How to Combat Avoidance Coping

By Dr. Trevor Miranda. 

Dr. Miranda will be regularly contributing his thoughts and perspectives on the topic of Independent Eye Care Practice in Eye Care Business Canada.

In life and at work, we can often think it is easier not to think of something to avoid having to use the scarce resources of time and energy to properly deal with the task at hand.

For me, it’s organizing my closet or cleaning the garage. I cope by putting it off but every time I open my drawers I am reminded that it needs my attention (I finally did tidy the garage and I feel so much better!).

My stress could be reduced by just stopping the avoidance of these tasks!

Multi-tasking Owners are Challenged

Independent optometric owners have to juggle many responsibilities. Marketing, human resources, inventory management, cash flow, financial statements, scheduling, tax planning, budgeting, equipment purchasing and maintenance, product information, staff training, patient experience, E-Commerce and many other duties can easily overwhelm the minds of optometric owners.

Beyond that, the responsibilities of continuous learning on glaucoma, macular degeneration, vision therapy, low vision, myopia management and primary eye care further compete for optometrists’ time and energy.

Wearing all these hats is very challenging and often leads to avoidance coping.

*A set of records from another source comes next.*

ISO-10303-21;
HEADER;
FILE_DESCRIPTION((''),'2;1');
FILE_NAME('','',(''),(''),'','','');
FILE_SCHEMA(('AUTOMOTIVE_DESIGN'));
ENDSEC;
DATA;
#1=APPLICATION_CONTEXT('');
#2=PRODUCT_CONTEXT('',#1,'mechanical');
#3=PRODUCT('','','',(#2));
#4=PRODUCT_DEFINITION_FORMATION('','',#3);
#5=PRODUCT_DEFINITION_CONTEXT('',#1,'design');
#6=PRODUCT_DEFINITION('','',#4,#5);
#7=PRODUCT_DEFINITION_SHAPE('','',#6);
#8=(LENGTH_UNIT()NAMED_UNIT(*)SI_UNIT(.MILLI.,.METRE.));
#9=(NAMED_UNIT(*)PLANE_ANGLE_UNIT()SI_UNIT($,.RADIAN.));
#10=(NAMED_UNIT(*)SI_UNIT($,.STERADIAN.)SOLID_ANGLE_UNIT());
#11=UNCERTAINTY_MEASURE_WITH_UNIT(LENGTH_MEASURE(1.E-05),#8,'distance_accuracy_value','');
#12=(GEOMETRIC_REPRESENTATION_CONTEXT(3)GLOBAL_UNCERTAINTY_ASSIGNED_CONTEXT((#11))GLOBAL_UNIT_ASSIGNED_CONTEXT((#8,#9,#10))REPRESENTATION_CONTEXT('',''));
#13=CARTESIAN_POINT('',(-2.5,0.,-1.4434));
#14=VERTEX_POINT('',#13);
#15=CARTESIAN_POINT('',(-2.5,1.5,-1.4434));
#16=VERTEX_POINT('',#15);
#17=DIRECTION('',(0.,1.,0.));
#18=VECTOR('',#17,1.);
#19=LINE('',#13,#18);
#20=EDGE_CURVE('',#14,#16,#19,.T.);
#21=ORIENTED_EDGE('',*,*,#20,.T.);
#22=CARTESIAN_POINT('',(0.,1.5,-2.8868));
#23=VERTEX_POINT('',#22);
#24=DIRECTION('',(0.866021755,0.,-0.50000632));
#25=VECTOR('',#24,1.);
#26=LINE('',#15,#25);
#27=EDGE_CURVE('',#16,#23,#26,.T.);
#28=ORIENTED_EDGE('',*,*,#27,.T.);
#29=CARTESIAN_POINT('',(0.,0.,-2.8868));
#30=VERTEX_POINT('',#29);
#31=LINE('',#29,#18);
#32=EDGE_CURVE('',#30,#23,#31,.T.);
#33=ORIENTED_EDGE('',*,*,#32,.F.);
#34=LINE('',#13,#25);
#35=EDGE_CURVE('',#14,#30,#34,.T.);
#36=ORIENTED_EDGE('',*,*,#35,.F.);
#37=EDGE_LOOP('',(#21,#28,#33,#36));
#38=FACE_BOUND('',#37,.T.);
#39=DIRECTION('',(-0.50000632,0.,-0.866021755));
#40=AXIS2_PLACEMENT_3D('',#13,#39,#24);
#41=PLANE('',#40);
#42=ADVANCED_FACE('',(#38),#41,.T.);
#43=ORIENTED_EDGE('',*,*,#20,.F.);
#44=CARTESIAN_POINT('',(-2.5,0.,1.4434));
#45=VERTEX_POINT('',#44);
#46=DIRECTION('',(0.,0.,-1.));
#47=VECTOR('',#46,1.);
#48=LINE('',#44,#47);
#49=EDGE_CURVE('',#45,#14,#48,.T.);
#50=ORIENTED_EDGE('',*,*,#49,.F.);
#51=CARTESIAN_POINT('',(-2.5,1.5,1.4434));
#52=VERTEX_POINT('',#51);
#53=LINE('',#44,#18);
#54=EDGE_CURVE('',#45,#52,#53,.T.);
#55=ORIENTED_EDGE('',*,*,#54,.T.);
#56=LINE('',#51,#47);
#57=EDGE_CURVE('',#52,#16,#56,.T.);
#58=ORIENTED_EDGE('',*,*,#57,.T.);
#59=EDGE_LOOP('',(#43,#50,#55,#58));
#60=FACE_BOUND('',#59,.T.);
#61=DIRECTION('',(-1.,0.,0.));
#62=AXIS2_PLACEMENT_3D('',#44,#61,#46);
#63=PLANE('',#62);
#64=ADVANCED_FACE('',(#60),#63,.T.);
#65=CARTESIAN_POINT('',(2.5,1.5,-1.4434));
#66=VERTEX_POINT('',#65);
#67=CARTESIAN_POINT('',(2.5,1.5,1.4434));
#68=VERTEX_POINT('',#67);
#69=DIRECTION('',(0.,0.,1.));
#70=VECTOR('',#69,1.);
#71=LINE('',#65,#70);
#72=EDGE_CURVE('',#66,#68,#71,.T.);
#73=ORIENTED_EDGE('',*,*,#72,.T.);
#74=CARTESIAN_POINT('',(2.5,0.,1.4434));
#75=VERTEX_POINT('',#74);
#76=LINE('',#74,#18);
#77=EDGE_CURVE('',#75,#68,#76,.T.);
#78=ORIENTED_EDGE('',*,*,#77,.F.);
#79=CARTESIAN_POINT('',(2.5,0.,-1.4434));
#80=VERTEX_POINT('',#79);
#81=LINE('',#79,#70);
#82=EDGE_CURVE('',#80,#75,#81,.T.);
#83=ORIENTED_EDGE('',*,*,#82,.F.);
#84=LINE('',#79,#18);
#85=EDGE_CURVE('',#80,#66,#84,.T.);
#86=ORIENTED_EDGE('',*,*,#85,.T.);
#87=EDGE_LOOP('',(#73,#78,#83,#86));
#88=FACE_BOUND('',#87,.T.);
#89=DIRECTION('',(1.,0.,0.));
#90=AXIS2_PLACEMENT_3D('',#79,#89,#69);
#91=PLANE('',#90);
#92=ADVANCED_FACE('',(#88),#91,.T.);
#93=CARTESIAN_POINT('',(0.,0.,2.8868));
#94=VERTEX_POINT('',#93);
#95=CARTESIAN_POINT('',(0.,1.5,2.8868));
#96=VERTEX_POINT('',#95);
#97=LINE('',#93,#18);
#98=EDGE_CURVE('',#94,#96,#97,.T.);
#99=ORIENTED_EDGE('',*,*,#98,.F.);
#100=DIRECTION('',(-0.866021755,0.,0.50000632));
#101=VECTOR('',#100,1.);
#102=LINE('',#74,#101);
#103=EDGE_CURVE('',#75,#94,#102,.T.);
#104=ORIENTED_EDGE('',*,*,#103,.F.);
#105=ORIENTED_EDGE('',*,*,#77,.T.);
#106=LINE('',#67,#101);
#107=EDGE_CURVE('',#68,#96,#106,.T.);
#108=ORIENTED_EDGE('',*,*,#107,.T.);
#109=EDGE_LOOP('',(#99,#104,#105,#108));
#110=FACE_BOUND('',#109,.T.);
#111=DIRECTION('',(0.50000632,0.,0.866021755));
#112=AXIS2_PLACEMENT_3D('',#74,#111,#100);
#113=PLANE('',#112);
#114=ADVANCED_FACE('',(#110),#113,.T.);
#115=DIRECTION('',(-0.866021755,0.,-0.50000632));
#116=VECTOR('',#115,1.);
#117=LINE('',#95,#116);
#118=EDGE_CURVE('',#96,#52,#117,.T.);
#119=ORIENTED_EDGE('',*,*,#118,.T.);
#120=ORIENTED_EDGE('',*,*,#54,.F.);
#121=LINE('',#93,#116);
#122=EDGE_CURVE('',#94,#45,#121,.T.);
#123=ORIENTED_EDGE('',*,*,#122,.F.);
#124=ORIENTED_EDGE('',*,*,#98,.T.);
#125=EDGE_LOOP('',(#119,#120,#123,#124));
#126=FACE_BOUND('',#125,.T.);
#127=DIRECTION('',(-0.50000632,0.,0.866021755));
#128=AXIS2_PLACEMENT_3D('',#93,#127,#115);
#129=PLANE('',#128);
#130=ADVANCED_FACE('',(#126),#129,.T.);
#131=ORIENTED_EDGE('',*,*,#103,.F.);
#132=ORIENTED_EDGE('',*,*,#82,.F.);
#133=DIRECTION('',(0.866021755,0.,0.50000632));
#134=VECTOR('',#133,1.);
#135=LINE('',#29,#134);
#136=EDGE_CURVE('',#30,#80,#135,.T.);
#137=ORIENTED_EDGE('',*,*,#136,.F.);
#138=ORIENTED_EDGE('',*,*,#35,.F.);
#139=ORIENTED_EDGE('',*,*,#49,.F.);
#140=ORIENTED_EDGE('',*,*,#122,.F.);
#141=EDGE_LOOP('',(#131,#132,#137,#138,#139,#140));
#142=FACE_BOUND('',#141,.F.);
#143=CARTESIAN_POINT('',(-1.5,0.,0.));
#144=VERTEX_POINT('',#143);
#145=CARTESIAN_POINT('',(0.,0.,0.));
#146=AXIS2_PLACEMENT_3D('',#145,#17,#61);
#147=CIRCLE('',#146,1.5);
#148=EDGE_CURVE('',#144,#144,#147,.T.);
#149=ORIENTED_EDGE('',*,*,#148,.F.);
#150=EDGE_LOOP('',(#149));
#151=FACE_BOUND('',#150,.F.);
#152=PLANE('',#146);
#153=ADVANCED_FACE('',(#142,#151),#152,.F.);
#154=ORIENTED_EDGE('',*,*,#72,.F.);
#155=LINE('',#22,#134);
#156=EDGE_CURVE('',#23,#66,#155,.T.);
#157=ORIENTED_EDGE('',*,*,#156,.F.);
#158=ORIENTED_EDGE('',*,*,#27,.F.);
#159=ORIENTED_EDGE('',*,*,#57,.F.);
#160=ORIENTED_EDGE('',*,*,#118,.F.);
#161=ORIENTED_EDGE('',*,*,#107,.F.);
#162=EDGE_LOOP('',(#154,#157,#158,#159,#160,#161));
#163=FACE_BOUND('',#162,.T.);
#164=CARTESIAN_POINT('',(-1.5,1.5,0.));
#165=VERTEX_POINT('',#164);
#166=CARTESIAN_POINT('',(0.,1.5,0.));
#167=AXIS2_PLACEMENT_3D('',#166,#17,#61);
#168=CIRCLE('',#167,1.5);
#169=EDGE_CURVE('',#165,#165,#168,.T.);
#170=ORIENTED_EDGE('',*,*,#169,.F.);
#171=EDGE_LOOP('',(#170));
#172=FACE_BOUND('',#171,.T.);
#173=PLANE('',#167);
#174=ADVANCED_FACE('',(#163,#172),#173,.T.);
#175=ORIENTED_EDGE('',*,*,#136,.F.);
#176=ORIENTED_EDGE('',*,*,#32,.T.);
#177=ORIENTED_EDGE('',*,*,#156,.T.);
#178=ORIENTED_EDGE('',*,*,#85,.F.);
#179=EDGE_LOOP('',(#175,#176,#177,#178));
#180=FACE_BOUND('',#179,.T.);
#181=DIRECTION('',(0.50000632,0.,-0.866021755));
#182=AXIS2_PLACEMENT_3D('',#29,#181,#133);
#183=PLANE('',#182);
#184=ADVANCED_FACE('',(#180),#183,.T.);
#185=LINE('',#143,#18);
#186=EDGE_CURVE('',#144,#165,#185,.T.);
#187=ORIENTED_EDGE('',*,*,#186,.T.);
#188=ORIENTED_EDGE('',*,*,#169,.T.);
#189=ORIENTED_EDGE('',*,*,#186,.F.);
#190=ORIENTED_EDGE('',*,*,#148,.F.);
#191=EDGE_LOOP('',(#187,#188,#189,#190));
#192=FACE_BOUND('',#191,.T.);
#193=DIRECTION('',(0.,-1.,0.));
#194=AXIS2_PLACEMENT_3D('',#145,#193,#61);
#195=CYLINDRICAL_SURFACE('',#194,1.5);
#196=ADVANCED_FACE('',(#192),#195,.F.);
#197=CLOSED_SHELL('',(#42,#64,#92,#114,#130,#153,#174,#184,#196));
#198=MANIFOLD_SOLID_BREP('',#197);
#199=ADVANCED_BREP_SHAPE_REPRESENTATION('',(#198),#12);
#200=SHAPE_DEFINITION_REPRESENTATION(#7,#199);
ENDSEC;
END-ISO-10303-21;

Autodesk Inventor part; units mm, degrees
ref_plane "YZ Plane" through (0, 0, 0) normal (1, 0, 0) x (0, 1, 0)
ref_plane "XZ Plane" through (0, 0, 0) normal (0, 1, 0) x (-1, 0, 0)
ref_plane "XY Plane" through (0, 0, 0) normal (0, 0, 1) x (1, 0, 0)
sketch "Sketch1" plane through (0, 0, 0) normal (0, 1, 0) x (-1, 0, 0)
  circle A0 centre (0, 0) radius 1.5
  line L0 (0, -2.8868) -> (-2.5, -1.4434)
  line L1 (-2.5, -1.4434) -> (-2.5, 1.4434)
  line L2 (-2.5, 1.4434) -> (0, 2.8868)
  line L3 (0, 2.8868) -> (2.5, 1.4434)
  line L4 (2.5, 1.4434) -> (2.5, -1.4434)
  line L5 (2.5, -1.4434) -> (0, -2.8868)
  dimension "d0" = 3
  dimension "d1" = 5
extrude "Extrusion1" add sketch "Sketch1" along normal blind 1.5
thread "Thread1" size "M3x0.5" class "6H" standard "ANSI Metric M Profile" full length
properties part number "M3 Nut Steel" material "Steel"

Avoidance coping is a maladaptive form of coping in which a person changes their behaviour to avoid thinking about, feeling, or doing difficult things.

Stress Management versus Stress Avoidance

Avoiding stress might seem like a great way to become less stressed, but this isn’t necessarily the case.

More often than not, confronting a problem or dealing with a stressor is the only way to effectively reduce the stress it causes.

We strive for “stress management” rather than “stress avoidance”. Usually, procrastination or trying not to think of the stresses leads to further stress and increased frustrations. Actively managing stress is a more healthy and productive strategy.

Ways to Manage Stress

Delegate (don’t abdicate):
Delegation of duties is an effective way to distribute responsibility and accountability.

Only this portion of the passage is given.